HauntAttack: When Attack Follows Reasoning as a Shadow
Jingyuan Ma, Rui Li, Zheng Li, Junfeng Liu, Heming Xia, Lei Sha, Zhifang Sui
TL;DR
The paper investigates safety vulnerabilities in Large Reasoning Models when reasoning traces carry harmful content, and introduces HauntAttack, a black-box framework that embeds harmful instructions into reasoning questions by rewriting select conditions through Numerical, Entity, and Attribute associations. Across 11 LRMs, HauntAttack achieves an average attack success rate of about 0.70, with a best template near 0.85 and 0.95 when combining templates, exposing substantial safety gaps in current alignment.
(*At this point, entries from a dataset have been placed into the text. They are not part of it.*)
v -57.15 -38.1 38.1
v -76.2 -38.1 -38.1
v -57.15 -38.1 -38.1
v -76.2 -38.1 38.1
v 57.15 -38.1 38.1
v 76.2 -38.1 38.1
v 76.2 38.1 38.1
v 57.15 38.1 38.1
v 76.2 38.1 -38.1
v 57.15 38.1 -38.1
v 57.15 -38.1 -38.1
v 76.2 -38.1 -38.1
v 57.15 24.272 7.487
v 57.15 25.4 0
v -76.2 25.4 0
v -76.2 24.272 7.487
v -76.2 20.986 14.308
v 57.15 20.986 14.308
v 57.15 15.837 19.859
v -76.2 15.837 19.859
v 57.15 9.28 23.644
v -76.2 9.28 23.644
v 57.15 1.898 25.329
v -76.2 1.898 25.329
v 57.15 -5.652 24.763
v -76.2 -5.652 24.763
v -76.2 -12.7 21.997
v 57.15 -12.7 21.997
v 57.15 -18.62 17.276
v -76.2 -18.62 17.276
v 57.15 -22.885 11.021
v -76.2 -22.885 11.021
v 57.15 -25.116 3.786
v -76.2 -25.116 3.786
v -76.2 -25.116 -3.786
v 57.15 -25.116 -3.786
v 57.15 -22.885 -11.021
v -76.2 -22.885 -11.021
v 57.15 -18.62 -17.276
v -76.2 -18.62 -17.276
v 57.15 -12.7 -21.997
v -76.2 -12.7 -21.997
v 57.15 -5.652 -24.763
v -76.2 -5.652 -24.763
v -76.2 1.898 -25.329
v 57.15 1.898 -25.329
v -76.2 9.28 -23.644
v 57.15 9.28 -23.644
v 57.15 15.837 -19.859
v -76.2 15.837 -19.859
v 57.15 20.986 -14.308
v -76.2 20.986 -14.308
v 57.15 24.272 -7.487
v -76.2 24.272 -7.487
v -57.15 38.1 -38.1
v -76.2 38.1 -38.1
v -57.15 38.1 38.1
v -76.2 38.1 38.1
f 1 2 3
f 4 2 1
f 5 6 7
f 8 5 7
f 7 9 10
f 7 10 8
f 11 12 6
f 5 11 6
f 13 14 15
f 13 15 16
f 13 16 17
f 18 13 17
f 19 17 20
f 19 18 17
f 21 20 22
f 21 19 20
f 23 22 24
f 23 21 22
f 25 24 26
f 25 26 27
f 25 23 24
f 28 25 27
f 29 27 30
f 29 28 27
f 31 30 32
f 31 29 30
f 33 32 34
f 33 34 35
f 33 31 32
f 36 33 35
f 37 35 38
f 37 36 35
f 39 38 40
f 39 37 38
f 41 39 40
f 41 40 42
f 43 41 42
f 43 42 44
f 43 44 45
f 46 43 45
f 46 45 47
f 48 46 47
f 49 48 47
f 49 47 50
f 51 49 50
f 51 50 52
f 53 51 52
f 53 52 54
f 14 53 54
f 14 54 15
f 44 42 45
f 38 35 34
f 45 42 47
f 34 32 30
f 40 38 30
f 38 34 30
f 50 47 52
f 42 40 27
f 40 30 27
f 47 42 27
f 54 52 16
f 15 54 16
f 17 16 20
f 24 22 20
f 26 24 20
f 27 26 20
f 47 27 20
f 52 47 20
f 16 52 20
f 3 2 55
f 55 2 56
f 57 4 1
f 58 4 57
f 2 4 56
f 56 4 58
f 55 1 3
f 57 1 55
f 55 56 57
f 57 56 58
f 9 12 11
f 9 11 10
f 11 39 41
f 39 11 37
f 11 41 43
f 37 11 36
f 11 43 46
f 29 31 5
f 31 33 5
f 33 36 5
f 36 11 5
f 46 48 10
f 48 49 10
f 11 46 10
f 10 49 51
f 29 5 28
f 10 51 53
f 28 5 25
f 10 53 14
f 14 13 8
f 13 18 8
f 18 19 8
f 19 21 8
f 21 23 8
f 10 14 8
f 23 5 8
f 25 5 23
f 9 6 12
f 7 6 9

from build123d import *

# Parameters (mm, degrees)
F0_W     = 76.2
F0_H     = 76.2
F1_DEPTH = 19.05
F4_R     = 25.4
F5_DEPTH = 152.4


# Not quite as in the source:
# - a feature names something its author has since deleted; it is built from what else it names


with BuildPart() as f1:
    # F0 (on Right) → F1 (new body)
    with BuildSketch(Plane.YZ):
        Rectangle(F0_W, F0_H)
    extrude(amount=F1_DEPTH)


with BuildPart() as f1_1:
    # F2: moved
    add(f1.part.moved(Location((-76.2, 0, 0))))


with BuildPart() as f3_1:
    # F3: instance of F1
    add(f1_1.part.mirror(Plane.YZ))

    # F4 (on face) → F5 (join)
    with BuildSketch(Plane.YZ.offset(76.2)):
        Circle(F4_R)
    extrude(amount=-F5_DEPTH)


solid = Compound([f1_1.part, f3_1.part])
The results demonstrate that stronger reasoning correlates with greater susceptibility to reasoning-based adversarial prompts and that existing safety detectors and alignment methods struggle to block such attacks. The work highlights the urgent need for defense strategies that explicitly consider the safety–reasoning trade-off while cautioning about limitations in black-box settings and the ethical handling of harmful prompts.
Abstract
Emerging Large Reasoning Models (LRMs) consistently excel in mathematical and reasoning tasks, showcasing remarkable capabilities. However, the enhancement of reasoning abilities and the exposure of internal reasoning processes introduce new safety vulnerabilities. A critical question arises: when reasoning becomes intertwined with harmfulness, will LRMs become more vulnerable to jailbreaks in reasoning mode? To investigate this, we introduce HauntAttack, a novel and general-purpose black-box adversarial attack framework that systematically embeds harmful instructions into reasoning questions. Specifically, we modify key reasoning conditions in existing questions with harmful instructions, thereby constructing a reasoning pathway that guides the model step by step toward unsafe outputs. We evaluate HauntAttack on 11 LRMs and observe an average attack success rate of 70\%, achieving up to 12 percentage points of absolute improvement over the strongest prior baseline. Our further analysis reveals that even advanced safety-aligned models remain highly susceptible to reasoning-based attacks, offering insights into the urgent challenge of balancing reasoning capability and safety in future model development.